The economic status of these Greenwood entrepreneurs did not save them from racial hostility. Survivors later recounted what really happened that night. Eyewitnesses said that “the area was bombed with kerosene and/or nitroglycerin,” causing the inferno to rage more aggressively. Official accounts state that private planes “were on reconnaissance missions; they were surveying the area to see what happened.”

Nine thousand people became homeless, and journalist and cultural critic Josie Pickens wrote about it in Ebony magazine. This “modern, majestic, sophisticated, and unapologetically black” community boasted “banks, hotels, cafés, clothiers, movie theaters, and contemporary homes.” Additionally, “indoor plumbing and a remarkable school system that superiorly educated black children” was destroyed. Undoubtedly, less fortunate white neighbors resented their upper-class lifestyle. As a result of a jealous desire “to put progressive, high-achieving African Americans in their place,” a wave of domestic white terrorism caused black dispossession.

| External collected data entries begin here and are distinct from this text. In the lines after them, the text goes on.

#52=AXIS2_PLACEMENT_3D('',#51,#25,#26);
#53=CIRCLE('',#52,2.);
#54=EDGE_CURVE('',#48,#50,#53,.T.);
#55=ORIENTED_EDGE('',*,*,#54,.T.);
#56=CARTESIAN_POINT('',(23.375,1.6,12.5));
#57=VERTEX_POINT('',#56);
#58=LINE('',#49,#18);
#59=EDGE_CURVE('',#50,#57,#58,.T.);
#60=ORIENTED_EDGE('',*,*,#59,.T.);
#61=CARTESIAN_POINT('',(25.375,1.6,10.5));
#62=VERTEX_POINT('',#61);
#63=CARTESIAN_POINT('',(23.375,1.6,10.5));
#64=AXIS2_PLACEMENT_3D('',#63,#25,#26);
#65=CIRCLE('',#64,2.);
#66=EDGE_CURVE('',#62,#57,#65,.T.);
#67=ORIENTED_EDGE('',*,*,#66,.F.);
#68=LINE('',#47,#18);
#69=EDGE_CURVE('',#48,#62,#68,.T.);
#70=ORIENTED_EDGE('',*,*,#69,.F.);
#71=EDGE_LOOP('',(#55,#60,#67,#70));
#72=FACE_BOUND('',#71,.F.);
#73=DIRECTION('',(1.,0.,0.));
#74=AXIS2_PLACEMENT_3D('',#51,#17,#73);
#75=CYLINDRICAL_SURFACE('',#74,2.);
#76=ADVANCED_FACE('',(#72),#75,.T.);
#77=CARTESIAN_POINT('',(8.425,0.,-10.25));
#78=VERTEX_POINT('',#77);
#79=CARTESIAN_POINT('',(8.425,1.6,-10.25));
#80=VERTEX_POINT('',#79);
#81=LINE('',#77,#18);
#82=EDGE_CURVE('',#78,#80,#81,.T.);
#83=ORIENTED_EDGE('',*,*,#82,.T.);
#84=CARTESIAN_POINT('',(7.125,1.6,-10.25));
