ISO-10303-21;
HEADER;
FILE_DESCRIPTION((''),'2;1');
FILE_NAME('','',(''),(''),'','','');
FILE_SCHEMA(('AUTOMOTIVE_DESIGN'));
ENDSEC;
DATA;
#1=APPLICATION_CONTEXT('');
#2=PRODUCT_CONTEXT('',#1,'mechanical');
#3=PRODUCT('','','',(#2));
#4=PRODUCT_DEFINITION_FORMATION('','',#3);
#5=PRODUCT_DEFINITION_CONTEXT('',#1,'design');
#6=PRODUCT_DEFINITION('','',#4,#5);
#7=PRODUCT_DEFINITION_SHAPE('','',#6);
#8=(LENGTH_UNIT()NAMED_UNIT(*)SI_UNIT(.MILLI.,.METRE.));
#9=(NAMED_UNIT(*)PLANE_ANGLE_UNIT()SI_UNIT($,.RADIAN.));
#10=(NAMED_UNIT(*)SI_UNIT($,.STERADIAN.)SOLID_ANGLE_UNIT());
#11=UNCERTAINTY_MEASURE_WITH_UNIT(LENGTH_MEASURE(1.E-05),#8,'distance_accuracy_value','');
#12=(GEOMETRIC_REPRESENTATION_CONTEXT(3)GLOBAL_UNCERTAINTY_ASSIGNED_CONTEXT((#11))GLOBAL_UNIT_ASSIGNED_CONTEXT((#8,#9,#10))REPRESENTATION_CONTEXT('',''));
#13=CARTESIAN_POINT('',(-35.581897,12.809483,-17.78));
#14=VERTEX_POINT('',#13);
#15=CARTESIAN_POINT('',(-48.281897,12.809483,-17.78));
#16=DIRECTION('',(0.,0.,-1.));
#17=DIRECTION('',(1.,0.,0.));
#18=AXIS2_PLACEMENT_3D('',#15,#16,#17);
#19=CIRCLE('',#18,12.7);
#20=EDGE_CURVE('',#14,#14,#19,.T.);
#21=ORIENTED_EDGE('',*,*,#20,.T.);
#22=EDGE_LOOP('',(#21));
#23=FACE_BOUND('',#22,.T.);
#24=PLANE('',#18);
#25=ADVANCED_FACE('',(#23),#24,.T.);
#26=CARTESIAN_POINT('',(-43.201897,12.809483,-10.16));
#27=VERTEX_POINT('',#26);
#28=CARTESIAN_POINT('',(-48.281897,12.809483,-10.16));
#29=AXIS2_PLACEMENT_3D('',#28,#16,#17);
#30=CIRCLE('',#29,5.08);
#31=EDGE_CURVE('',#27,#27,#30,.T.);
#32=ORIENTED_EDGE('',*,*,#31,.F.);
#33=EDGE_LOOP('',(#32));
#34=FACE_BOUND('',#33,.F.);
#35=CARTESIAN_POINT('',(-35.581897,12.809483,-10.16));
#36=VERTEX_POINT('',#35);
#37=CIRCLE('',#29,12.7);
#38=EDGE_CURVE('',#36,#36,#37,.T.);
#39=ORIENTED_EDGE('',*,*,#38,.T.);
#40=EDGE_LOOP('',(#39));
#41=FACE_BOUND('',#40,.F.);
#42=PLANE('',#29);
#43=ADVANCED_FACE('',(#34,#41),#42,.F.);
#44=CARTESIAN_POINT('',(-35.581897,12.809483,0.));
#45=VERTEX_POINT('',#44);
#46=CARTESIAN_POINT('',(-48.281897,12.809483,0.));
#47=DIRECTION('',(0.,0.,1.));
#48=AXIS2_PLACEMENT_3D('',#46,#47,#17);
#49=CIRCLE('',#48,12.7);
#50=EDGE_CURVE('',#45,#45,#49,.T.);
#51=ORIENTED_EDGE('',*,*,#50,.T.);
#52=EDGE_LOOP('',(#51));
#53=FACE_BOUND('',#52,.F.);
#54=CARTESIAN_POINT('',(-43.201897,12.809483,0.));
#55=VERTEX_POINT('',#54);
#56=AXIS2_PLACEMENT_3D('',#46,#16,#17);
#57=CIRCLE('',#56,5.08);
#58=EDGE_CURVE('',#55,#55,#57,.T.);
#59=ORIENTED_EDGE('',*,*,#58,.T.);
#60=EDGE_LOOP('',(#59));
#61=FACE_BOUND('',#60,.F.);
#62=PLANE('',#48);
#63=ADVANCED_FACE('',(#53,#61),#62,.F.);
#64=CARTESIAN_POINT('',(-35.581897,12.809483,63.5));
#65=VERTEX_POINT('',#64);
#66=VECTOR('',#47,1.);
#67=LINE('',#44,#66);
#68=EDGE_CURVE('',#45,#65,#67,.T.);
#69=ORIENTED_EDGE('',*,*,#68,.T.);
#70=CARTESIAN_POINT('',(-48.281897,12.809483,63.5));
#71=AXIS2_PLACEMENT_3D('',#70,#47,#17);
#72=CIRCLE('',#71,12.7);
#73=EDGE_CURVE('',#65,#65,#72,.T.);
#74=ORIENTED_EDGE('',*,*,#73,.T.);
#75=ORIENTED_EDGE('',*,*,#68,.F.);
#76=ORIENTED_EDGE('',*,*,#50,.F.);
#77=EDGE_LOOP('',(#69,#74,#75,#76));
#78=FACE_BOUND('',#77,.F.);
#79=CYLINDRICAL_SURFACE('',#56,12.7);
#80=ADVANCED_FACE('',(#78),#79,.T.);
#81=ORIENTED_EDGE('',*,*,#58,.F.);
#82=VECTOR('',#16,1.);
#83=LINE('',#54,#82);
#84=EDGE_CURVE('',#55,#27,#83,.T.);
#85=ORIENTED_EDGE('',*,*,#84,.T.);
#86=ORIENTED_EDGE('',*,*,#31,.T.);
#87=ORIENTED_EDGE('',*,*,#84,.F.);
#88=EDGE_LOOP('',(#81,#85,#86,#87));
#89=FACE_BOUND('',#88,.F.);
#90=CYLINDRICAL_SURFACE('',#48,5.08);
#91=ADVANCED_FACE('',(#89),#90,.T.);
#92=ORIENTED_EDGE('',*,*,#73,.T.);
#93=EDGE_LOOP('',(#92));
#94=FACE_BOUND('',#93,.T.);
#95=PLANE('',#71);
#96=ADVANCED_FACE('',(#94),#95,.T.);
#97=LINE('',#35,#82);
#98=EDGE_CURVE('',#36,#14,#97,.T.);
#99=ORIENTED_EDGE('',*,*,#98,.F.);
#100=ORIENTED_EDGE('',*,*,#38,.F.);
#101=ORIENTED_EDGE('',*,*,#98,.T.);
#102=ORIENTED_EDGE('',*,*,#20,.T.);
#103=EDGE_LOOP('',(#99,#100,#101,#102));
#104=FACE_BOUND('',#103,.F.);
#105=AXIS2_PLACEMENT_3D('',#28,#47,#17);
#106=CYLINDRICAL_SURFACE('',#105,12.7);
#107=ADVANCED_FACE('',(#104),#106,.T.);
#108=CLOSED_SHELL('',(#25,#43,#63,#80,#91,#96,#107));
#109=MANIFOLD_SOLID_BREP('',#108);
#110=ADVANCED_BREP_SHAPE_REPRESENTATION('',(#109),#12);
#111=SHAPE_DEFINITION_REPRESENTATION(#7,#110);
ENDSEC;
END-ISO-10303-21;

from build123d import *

# Parameters (mm, degrees)
F0_R     = 12.7
F1_DEPTH = 63.5
F2_R     = 5.08
F3_DEPTH = 10.16
F4_R     = 12.7
F4_R_2   = 5.08
F5_DEPTH = 7.62


with BuildPart() as f1:
    # F0 (on Top) → F1 (new body)
    with BuildSketch(Plane.XY):
        with Locations((-48.281897, 12.809483)):
            Circle(F0_R)
    extrude(amount=F1_DEPTH)

    # F2 (on face) → F3 (join)
    with BuildSketch(Plane(origin=(0, 0, 0), x_dir=(1, 0, 0), z_dir=(0, 0, -1))):
        with Locations((-48.281897, -12.809483)):
            Circle(F2_R)
    extrude(amount=F3_DEPTH)

    # F4 (on face) → F5 (join)
    with BuildSketch(Plane(origin=(0, 0, -10.16), x_dir=(1, 0, 0), z_dir=(0, 0, -1))):
        with Locations((-48.281897, -12.809483)):
            Circle(F4_R)
        with Locations((-48.281897, -12.809483)):
            Circle(F4_R_2, mode=Mode.SUBTRACT)
        with Locations((-48.281897, -12.809483)):
            Circle(F4_R_2)
    extrude(amount=F5_DEPTH)


solid = f1.part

Despite all of the economic damage, neither the survivors nor their families ever received the reparations suggested by the Tulsa Race Riot Commission. The commission recommended reparations for people who lost property and proposed the establishment of a scholarship fund. The commission also suggested initiatives for the economic revitalization of the Greenwood community. Despite these efforts, these grand ideas never came to fruition. 

The deep scars left by the tragedy remained visible for years. While Greenwood was eventually rebuilt, many families never truly recovered from the disaster. Moreover, for many years, the violence was a taboo subject, particularly in Tulsa. A state commission was formed in the 1990s to investigate. The report recommended that reparations be paid to the remaining Black survivors. A team of scientists and historians uncovered evidence supporting long-held beliefs that unidentified victims had been buried in unmarked grave sites.

The financial impact of the massacre was astounding. The losses of assets—homes, cash, and commercial property—would be around $350M in today’s dollars. However, the economic losses were not limited to those that could be quantified. In an article in the Atlantic, the authors write that before the massacre, Black residents were doing better than in comparable cities in the region and that the massacre negatively impacted home ownership, marriage, wages, and employment in the subsequent decades.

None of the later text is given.